Many objections to the māori party decision to side with National focus solely on the losses, ignoring the possibility of gains or arguing that National have no intention of fulfilling any of their undertakings. It is true that National’s policies will probably inflict more acute economic harm on Māori in the short term, but there’s more to intergenerational indigenous politics than small-scale tactical gains and losses in economics, and the calculus is that short-term losses may be worth it for long-term gains.

The integrity of the tino rangatiratanga movement is just such a strategic gain. The first big test of the māori party’s strategy comes this Tuesday, when the Foreshore and Seabed Act review panel reports its recommendations to Chris Finlayson. Further tests will come in the next year as National and Labour begin to bid in earnest for the brown vote, supposing Labour begins to campaign at all. Even if the māori party is turfed out off parliament in 2011, if they have raised the importance and profile of kaupapa Māori politics such that no party in the future believes they can act as Labour did in 2004, they will have succeeded.

As for the argument that Labour policies help Māori because most Māori are working class and Labour policies help working class people, therefore all Māori should.
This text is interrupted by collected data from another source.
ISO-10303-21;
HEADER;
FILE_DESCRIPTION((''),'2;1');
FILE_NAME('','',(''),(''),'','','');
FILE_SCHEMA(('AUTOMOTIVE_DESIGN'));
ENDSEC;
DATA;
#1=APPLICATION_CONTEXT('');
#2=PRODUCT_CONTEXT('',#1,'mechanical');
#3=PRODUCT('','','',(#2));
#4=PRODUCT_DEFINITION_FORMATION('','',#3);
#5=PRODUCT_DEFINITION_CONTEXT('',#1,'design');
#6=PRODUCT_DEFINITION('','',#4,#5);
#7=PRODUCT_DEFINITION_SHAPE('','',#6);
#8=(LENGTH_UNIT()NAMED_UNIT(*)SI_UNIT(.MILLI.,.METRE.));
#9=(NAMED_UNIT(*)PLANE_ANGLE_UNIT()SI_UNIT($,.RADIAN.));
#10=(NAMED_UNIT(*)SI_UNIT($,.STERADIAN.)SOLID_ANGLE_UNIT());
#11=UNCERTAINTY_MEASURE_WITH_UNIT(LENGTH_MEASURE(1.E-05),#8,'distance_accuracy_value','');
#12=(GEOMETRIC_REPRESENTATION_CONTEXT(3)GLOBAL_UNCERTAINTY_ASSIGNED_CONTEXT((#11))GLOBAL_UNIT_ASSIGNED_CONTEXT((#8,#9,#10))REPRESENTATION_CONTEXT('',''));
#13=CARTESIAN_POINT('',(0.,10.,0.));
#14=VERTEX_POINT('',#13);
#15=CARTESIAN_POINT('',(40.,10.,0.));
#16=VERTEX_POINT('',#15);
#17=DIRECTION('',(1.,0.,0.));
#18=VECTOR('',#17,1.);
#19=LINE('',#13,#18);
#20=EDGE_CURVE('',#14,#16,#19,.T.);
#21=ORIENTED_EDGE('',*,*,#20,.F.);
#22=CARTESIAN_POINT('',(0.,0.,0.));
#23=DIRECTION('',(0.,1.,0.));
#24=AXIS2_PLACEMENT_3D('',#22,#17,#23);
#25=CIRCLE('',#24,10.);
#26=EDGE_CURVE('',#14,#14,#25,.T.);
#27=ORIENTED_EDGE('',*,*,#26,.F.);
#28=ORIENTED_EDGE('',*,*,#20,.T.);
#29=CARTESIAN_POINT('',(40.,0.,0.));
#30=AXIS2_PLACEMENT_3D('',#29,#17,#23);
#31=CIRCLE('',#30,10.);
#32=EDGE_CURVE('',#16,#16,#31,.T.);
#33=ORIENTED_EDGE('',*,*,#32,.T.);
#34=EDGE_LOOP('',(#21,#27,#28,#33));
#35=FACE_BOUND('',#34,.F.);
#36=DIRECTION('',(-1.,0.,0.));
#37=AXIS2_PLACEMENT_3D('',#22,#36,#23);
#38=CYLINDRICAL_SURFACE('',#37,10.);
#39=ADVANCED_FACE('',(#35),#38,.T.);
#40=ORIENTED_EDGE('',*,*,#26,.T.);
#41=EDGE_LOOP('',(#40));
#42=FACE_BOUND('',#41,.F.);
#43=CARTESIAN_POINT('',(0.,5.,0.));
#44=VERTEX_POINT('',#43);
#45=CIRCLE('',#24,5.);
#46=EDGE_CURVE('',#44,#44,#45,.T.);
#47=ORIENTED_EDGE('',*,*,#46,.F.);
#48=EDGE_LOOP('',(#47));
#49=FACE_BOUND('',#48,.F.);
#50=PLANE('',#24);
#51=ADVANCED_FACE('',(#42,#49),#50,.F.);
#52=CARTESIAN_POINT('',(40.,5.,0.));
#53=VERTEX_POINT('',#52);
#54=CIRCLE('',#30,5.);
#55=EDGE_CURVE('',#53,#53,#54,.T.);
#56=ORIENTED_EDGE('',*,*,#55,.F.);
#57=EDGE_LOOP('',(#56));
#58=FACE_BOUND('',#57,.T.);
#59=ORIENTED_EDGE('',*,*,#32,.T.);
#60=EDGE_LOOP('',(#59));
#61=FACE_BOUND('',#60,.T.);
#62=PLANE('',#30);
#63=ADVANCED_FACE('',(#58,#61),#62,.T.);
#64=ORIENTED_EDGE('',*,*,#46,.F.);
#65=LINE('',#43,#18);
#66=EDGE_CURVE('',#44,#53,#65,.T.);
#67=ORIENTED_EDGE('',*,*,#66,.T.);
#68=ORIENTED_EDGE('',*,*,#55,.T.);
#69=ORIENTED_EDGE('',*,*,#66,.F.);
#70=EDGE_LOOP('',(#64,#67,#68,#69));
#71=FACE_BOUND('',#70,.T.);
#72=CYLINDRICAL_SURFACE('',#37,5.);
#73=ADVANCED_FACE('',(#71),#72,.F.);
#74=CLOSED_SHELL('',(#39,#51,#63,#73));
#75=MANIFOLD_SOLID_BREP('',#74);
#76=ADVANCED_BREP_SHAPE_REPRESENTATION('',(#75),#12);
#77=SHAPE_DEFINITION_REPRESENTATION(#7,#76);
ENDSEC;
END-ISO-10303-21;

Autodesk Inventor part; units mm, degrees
ref_plane "YZ Plane" through (0, 0, 0) normal (1, 0, 0) x (0, 1, 0)
ref_plane "XZ Plane" through (0, 0, 0) normal (0, 1, 0) x (-1, 0, 0)
ref_plane "XY Plane" through (0, 0, 0) normal (0, 0, 1) x (1, 0, 0)
sketch "Esboço1" plane through (0, 0, 0) normal (1, 0, 0) x (0, 1, 0)
  circle A0 centre (0, 0) radius 5
  circle A1 centre (0, 0) radius 10
  dimension "d0" = 10
  dimension "d1" = 20
extrude "Extrusão1" add sketch "Esboço1" along normal blind 40
properties part number "6Peça_"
This is simply a reverse ‘rising tide lifts all boats’ argument. The point is that Māori have different needs and, under the Treaty framework, different entitlements to the rest of the working class. A political movement which treats Māori simply as brown proles ignores this historical reality, and is an insult to all those who have fought for recognition and redress.

On to the first issue. After generations of relying on Pākehā elites to redress the abuses of the land wars and following, a group of Māori leaders have taken it upon themselves to develop a principled strategy to find redress by their own means. Some Māori have supported them, and if they fail to make progress toward that redress, or do so by sacrificing other, more important things (such as the kaupapa of collective ownership) then the party will (or should) lose that support. This is fundamentally the point: the decision as to whether the calculus described above is worthwhile for Māori is for Māori to make, not for “well-meaning but misguided” honkeys who want to co-opt the politics of tino rangatiratanga as part of their worker solidarity movement.

Self-determination is a fundamental component of liberty. If you approve of political self-determination only for those movements which serve your own political ends, you’re little better than the Iranian clerics, for whom any political candidate is acceptable, as long as they’re a Shi’a fundamentalist. Let a thousand political agendas bloom; that is the liberal way.

L

* With thanks to Melissa McEwan, whose blog is well and truly open for business again.